== REQUIRED WORK ==
Print the complete listing so that it matches the original exactly.

-------- DATA FOR THIS EXERCISE

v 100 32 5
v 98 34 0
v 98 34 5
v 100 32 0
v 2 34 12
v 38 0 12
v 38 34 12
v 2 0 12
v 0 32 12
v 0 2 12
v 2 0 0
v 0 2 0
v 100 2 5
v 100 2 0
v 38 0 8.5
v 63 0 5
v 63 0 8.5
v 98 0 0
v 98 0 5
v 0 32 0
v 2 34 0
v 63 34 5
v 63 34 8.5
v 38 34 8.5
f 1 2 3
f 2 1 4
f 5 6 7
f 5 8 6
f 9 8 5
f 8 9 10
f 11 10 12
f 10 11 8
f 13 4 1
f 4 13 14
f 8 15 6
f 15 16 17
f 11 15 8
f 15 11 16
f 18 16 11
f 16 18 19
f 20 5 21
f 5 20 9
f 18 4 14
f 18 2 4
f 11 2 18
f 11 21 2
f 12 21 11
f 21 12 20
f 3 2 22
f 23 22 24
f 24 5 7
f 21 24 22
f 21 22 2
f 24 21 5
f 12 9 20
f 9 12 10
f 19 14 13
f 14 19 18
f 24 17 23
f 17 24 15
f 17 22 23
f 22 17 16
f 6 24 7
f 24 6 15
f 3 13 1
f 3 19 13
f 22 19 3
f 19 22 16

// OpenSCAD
$fn = 32;

// ----------------------------------------------------------------------
// Stepped bar: twostep, 100 x 34 x 12/5 mm
// ----------------------------------------------------------------------

// --- parameters (mm) ---
bar_l = 100;              // bar length, X
bar_w = 34;               // bar width, Y
plate_t = 12;             // thickness of the thick zone, Z
thin_t = 5;               // thickness of the thin zone
corner_c = 2;             // corner chamfer of the bar
step_cut = 7;             // material removed from the thin zone
stair1_x = 38;            // position of the first stair
stair2_x = 63;            // position of the second stair
mid_t = 8.5;              // thickness of the middle zone
depth_1 = 3.5;            // depth of cut 1 from the top face
depth_2 = 7;              // depth of cut 2 from the top face

profile = [[2, 0], [98, 0], [100, 2], [100, 32], [98, 34], [2, 34], [0, 32], [0, 2]];  // primary outline, 8 points, counter clockwise
void_1 = [[38, -1], [63, -1], [63, 35], [38, 35]];  // first stair, 4 points
void_2 = [[63, -1], [101, -1], [101, 35], [63, 35]];  // second stair, 4 points

// --- the one profile operation ---
difference() {
  linear_extrude(height = plate_t) polygon(points = profile);
  translate([0, 0, plate_t - depth_1])
    linear_extrude(height = depth_1 + 1) polygon(points = void_1);
  translate([0, 0, plate_t - depth_2])
    linear_extrude(height = depth_2 + 1) polygon(points = void_2);
}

----------------

== EXPECTED OUTPUT ==
v 100 32 5
v 98 34 0
v 98 34 5
v 100 32 0
v 2 34 12
v 38 0 12
v 38 34 12
v 2 0 12
v 0 32 12
v 0 2 12
v 2 0 0
v 0 2 0
v 100 2 5
v 100 2 0
v 38 0 8.5
v 63 0 5
v 63 0 8.5
v 98 0 0
v 98 0 5
v 0 32 0
v 2 34 0
v 63 34 5
v 63 34 8.5
v 38 34 8.5
f 1 2 3
f 2 1 4
f 5 6 7
f 5 8 6
f 9 8 5
f 8 9 10
f 11 10 12
f 10 11 8
f 13 4 1
f 4 13 14
f 8 15 6
f 15 16 17
f 11 15 8
f 15 11 16
f 18 16 11
f 16 18 19
f 20 5 21
f 5 20 9
f 18 4 14
f 18 2 4
f 11 2 18
f 11 21 2
f 12 21 11
f 21 12 20
f 3 2 22
f 23 22 24
f 24 5 7
f 21 24 22
f 21 22 2
f 24 21 5
f 12 9 20
f 9 12 10
f 19 14 13
f 14 19 18
f 24 17 23
f 17 24 15
f 17 22 23
f 22 17 16
f 6 24 7
f 24 6 15
f 3 13 1
f 3 19 13
f 22 19 3
f 19 22 16

// OpenSCAD
$fn = 32;

// ----------------------------------------------------------------------
// Stepped bar: twostep, 100 x 34 x 12/5 mm
// ----------------------------------------------------------------------

// --- parameters (mm) ---
bar_l = 100;              // bar length, X
bar_w = 34;               // bar width, Y
plate_t = 12;             // thickness of the thick zone, Z
thin_t = 5;               // thickness of the thin zone
corner_c = 2;             // corner chamfer of the bar
step_cut = 7;             // material removed from the thin zone
stair1_x = 38;            // position of the first stair
stair2_x = 63;            // position of the second stair
mid_t = 8.5;              // thickness of the middle zone
depth_1 = 3.5;            // depth of cut 1 from the top face
depth_2 = 7;              // depth of cut 2 from the top face

profile = [[2, 0], [98, 0], [100, 2], [100, 32], [98, 34], [2, 34], [0, 32], [0, 2]];  // primary outline, 8 points, counter clockwise
void_1 = [[38, -1], [63, -1], [63, 35], [38, 35]];  // first stair, 4 points
void_2 = [[63, -1], [101, -1], [101, 35], [63, 35]];  // second stair, 4 points

// --- the one profile operation ---
difference() {
  linear_extrude(height = plate_t) polygon(points = profile);
  translate([0, 0, plate_t - depth_1])
    linear_extrude(height = depth_1 + 1) polygon(points = void_1);
  translate([0, 0, plate_t - depth_2])
    linear_extrude(height = depth_2 + 1) polygon(points = void_2);
}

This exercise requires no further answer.